I dati locali, come quelli provinciali già menzionati, sono stati invece delineati da don Maurizio Ghilardi. Solo nella nostra regione si spendono ogni anno 300 milioni di euro: 190 milioni per le terapie antiretrovirali e il resto per ambulatori, ospedali, case alloggio, assistenza domiciliare. È la seconda spesa farmacologica più importante dopo quella oncologica.
Sul lato della ricerca lo Stato italiano ha speso 138 milioni di euro e solo due milioni per campagne di comunicazione e percorsi di prevenzione.
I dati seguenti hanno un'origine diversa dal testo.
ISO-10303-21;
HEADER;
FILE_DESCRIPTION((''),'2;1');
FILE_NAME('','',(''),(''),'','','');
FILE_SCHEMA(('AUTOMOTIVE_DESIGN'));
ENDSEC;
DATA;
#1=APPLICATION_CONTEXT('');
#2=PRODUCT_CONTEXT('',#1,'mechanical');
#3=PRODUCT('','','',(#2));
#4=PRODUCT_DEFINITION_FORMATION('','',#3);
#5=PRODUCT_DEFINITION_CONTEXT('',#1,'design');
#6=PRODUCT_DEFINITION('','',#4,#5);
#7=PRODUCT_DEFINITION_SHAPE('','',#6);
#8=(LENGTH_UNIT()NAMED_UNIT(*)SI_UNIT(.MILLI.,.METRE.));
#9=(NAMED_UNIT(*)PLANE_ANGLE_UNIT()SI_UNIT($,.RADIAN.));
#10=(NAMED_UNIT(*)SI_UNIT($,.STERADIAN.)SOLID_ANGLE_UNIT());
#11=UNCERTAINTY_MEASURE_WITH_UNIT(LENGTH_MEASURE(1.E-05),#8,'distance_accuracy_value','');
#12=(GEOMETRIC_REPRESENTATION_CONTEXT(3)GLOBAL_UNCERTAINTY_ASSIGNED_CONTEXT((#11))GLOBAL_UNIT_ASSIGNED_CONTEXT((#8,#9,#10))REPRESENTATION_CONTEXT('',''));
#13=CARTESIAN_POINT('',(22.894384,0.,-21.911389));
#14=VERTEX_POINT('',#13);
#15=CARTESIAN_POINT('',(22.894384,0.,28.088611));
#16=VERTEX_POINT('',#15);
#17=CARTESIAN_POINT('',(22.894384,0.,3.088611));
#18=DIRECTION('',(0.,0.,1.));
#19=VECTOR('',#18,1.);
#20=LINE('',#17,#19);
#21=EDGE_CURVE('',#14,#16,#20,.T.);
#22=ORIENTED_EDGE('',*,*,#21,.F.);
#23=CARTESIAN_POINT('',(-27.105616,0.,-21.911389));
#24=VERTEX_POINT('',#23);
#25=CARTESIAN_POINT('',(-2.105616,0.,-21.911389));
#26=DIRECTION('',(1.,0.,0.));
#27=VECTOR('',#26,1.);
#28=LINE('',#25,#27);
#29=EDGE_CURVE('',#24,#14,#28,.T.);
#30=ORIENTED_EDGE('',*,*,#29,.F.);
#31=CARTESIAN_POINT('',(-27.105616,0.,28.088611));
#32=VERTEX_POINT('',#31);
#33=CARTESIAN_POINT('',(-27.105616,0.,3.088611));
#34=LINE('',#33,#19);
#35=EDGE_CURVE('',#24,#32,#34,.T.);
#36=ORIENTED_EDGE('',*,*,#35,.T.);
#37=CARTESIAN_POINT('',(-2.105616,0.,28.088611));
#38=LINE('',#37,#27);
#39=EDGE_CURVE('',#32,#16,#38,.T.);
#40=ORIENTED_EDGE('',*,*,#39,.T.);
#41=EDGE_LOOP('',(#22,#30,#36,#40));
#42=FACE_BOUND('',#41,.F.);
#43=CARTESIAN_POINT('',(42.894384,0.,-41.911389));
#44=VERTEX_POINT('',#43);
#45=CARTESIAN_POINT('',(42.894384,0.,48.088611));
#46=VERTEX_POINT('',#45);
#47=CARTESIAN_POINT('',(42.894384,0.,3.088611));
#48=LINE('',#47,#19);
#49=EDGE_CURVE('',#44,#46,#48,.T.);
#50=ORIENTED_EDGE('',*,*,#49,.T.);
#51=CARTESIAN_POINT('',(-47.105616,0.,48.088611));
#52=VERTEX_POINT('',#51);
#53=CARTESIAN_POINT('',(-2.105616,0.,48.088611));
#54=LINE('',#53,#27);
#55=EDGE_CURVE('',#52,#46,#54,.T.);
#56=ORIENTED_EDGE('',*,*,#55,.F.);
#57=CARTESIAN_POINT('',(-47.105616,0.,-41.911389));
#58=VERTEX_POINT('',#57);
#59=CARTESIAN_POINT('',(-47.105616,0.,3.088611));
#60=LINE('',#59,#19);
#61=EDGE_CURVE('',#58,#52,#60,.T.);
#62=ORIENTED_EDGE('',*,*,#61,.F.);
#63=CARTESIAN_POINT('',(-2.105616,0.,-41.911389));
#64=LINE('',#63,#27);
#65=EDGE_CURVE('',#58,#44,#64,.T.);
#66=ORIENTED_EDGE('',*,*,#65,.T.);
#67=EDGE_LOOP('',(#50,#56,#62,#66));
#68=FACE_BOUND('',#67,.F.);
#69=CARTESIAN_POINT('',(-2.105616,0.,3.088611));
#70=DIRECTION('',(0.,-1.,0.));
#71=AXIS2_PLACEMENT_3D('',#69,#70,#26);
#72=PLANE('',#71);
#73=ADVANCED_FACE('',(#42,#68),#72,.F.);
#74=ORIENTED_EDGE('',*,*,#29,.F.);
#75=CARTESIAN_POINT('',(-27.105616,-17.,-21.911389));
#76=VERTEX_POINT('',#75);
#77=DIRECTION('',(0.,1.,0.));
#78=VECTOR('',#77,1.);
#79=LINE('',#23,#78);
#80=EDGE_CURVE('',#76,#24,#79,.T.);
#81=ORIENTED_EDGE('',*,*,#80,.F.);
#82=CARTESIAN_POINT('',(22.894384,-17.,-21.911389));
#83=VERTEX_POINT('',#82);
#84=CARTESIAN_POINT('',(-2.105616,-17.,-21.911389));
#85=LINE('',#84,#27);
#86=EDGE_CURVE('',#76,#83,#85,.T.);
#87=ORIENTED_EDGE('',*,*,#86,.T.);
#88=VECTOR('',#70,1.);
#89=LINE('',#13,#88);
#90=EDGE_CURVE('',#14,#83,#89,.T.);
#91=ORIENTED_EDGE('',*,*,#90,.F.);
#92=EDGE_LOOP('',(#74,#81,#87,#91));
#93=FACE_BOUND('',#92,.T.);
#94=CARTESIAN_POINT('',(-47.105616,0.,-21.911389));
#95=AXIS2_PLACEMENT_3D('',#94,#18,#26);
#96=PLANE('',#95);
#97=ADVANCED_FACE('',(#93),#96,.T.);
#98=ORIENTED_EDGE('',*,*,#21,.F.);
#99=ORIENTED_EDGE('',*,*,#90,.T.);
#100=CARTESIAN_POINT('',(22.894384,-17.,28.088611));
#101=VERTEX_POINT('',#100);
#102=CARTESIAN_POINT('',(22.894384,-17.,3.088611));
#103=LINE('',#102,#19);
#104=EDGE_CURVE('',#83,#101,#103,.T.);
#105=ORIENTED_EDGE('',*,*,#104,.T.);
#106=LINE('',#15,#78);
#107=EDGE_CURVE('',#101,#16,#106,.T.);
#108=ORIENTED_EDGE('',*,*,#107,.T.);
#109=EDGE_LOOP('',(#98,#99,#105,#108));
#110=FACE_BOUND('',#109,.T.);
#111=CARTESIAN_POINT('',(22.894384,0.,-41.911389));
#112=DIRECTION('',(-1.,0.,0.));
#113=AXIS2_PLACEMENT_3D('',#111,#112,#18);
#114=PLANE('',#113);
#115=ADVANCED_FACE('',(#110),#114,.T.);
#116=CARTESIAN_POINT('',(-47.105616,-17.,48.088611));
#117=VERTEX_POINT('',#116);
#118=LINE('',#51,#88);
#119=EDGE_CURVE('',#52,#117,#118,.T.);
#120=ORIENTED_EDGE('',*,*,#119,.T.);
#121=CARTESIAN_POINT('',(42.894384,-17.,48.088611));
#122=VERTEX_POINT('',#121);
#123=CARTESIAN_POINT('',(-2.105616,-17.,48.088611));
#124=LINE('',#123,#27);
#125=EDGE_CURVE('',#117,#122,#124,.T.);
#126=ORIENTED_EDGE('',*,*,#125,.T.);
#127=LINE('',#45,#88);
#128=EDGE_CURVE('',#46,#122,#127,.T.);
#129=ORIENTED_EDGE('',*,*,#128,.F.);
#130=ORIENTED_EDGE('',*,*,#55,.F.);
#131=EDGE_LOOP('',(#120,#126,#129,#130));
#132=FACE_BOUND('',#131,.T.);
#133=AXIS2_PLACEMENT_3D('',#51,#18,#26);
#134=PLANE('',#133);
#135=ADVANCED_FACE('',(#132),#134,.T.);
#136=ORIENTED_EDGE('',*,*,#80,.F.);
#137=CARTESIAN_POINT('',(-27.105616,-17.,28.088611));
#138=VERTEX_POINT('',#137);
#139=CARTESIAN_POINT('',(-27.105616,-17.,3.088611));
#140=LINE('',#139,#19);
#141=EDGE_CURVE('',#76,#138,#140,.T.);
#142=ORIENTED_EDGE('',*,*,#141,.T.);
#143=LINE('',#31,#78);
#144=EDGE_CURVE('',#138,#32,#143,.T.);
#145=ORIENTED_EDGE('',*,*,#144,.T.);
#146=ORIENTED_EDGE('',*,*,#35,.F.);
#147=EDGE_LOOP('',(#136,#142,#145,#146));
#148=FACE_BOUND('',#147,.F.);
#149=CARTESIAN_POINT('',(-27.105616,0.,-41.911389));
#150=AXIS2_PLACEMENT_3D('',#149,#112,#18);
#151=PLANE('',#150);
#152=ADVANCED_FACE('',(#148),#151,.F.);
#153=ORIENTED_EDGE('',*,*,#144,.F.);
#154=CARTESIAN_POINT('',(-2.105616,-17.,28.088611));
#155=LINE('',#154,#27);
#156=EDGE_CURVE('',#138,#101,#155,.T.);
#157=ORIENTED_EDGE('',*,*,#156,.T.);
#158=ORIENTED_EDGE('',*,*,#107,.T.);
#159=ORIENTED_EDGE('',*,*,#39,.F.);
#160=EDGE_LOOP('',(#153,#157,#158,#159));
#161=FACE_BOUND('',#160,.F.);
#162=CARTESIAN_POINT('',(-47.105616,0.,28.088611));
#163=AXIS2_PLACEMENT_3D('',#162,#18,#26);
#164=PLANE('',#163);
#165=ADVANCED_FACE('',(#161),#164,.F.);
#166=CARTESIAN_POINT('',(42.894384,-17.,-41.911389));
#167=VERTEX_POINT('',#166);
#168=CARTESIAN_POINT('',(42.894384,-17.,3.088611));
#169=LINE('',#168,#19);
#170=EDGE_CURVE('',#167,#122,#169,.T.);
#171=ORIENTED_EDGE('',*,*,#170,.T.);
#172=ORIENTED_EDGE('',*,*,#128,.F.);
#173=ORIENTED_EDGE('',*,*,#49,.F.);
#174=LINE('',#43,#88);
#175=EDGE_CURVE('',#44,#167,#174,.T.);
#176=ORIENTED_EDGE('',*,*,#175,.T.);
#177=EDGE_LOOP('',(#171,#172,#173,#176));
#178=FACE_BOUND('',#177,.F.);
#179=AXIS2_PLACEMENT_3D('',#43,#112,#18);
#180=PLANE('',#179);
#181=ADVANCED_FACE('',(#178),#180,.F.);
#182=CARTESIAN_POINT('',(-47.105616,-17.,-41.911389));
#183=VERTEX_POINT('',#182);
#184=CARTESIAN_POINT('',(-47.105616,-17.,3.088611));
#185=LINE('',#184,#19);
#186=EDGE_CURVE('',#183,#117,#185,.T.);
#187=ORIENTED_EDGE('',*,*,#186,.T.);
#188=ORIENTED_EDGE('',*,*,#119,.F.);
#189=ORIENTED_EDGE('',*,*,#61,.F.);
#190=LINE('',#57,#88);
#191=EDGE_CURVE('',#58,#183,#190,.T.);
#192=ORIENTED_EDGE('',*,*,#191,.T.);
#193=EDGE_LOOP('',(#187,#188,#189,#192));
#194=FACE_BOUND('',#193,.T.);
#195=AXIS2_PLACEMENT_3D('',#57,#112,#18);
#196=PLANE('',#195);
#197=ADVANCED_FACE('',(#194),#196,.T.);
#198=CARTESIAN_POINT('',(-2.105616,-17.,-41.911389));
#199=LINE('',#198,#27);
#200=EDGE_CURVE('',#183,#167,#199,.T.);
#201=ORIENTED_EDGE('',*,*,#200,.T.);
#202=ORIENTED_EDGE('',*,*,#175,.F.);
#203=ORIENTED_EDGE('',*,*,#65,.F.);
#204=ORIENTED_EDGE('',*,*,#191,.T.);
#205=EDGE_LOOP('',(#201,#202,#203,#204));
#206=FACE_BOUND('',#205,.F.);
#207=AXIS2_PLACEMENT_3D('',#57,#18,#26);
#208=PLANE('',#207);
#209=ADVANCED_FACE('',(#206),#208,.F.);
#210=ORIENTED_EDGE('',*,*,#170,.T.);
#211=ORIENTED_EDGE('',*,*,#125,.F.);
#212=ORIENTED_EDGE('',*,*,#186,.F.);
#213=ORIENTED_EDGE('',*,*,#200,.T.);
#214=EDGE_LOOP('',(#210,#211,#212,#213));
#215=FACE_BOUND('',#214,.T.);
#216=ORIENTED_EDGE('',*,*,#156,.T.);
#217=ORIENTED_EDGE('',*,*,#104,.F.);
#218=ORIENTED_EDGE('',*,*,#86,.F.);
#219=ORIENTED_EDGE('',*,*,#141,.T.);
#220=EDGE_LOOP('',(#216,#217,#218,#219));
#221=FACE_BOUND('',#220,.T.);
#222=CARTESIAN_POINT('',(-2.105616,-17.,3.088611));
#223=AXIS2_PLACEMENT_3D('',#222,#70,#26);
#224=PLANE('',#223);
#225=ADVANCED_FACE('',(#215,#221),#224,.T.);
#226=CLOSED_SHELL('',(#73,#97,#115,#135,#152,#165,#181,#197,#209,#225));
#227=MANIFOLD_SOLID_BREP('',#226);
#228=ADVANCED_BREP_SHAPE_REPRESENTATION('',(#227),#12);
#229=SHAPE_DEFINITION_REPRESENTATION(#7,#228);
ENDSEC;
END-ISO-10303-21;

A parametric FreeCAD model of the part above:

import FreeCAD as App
import Part
import Sketcher
from FreeCAD import Vector


def faces_at(feature, points):
    """Names of the faces that lie closest to the given points."""
    faces = feature.Shape.Faces
    near = lambda p: min(range(len(faces)), key=lambda i: faces[i].distToShape(Part.Vertex(*p))[0])
    return sorted({f"Face{near(p) + 1}" for p in points})

doc = App.newDocument("Part")
body = doc.addObject("PartDesign::Body", "Body")

sketch1 = doc.addObject("Sketcher::SketchObject", "Sketch")
body.addObject(sketch1)
sketch1.AttachmentSupport = (doc.XZ_Plane, [""])
sketch1.MapMode = "FlatFace"
sketch1.addGeometry(Part.LineSegment(Vector(-47.105616, 48.088611, 0), Vector(-47.105616, -41.911389, 0)), False)
sketch1.addGeometry(Part.LineSegment(Vector(-47.105616, -41.911389, 0), Vector(42.894384, -41.911389, 0)), False)
sketch1.addGeometry(Part.LineSegment(Vector(42.894384, -41.911389, 0), Vector(42.894384, 48.088611, 0)), False)
sketch1.addGeometry(Part.LineSegment(Vector(42.894384, 48.088611, 0), Vector(-47.105616, 48.088611, 0)), False)
sketch1.addConstraint(Sketcher.Constraint("Coincident", 0, 2, 1, 1))
sketch1.addConstraint(Sketcher.Constraint("Coincident", 1, 2, 2, 1))
sketch1.addConstraint(Sketcher.Constraint("Coincident", 2, 2, 3, 1))
sketch1.addConstraint(Sketcher.Constraint("Coincident", 3, 2, 0, 1))
sketch1.addConstraint(Sketcher.Constraint("Vertical", 0))
sketch1.addConstraint(Sketcher.Constraint("Horizontal", 1))
sketch1.addConstraint(Sketcher.Constraint("Vertical", 2))
sketch1.addConstraint(Sketcher.Constraint("Horizontal", 3))
sketch1.addConstraint(Sketcher.Constraint("Equal", 3, 0))
sketch1.addConstraint(Sketcher.Constraint("DistanceX", 1, 1, 1, 2, 90.0))
sketch1.addConstraint(Sketcher.Constraint("DistanceY", 0, 2, -1, 1, 41.911389))
sketch1.addConstraint(Sketcher.Constraint("DistanceX", 0, 2, -1, 1, 47.105616))
pad1 = doc.addObject("PartDesign::Pad", "Pad")
body.addObject(pad1)
pad1.Profile = sketch1
pad1.Length = 17
doc.recompute()

thickness = doc.addObject("PartDesign::Thickness", "Thickness")
body.addObject(thickness)
thickness.Base = (pad1, faces_at(pad1, [(-2.106, 0, 3.089), (-2.106, -17, 3.089)]))
thickness.Value = 20
thickness.Reversed = True
thickness.Join = "Arc"

doc.recompute()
Quest’anno il ministero della salute stanzierà 800.000 euro per la comunicazione (spot su TV, radio, cinema e stampa) che in genere si risolve nei giorni antecedente o successivi il 1° dicembre.
LA ‘CASA DELLA SPERANZA’: IN 11 ANNI
OSPITATE 123 PERSONE (50 SONO MORTE QUI)
«Al di là dei numeri – spiega don Ghilardi – che possono generare sgomento e stupore, noi cerchiamo di rispondere, non più e solo in termini scientifici, alle domande che provengono dalle persone sieropositive: domande che sono soprattutto di senso del vivere e del morire». Per questo motivo è importante lavorare in rete con i servizi territoriali e con le organizzazioni nazionali perché «dopo aver trovato la giusta terapia, astenendoci da ogni giudizio, si possa costruire un nuovo percorso di vita caratterizzato dalla misericordia, della solidarietà e dalla solidità».
Casa della Speranza cerca di fare questo ogni giorno: nei suoi 11 anni di attività la struttura di via Litta – una delle tante opere segno di Caritas cremonese – ha ospitato 123 persone, ma alcune di esse più volte sono transitate in essa, per cui si è raggiunta la significativa cifra di 200 presenze circa. Ben 50 hanno concluso la loro vita in questa struttura.
«La prevenzione, la conoscenza, l’approfondimento di tematiche come l’affettività, la sessualità e l’uso di sostanze è anche compito di una Casa Alloggio – ha concluso don Ghilardi – . Sono attività importanti che necessitano la collaborazione non ideologica di tutte quelle agenzie che si occupano di ragazzi, giovani e famiglie. Non è più solo una questione di spesa – sanitaria o sociale – ma è emergenza educativa, è riassetto dei valori, in chi è sieropositivio e in chi non lo è. Il vostro esserci stasera ci fa dire che poco basta per capirci e aiutarci vicendevolmente in una crescita responsabile».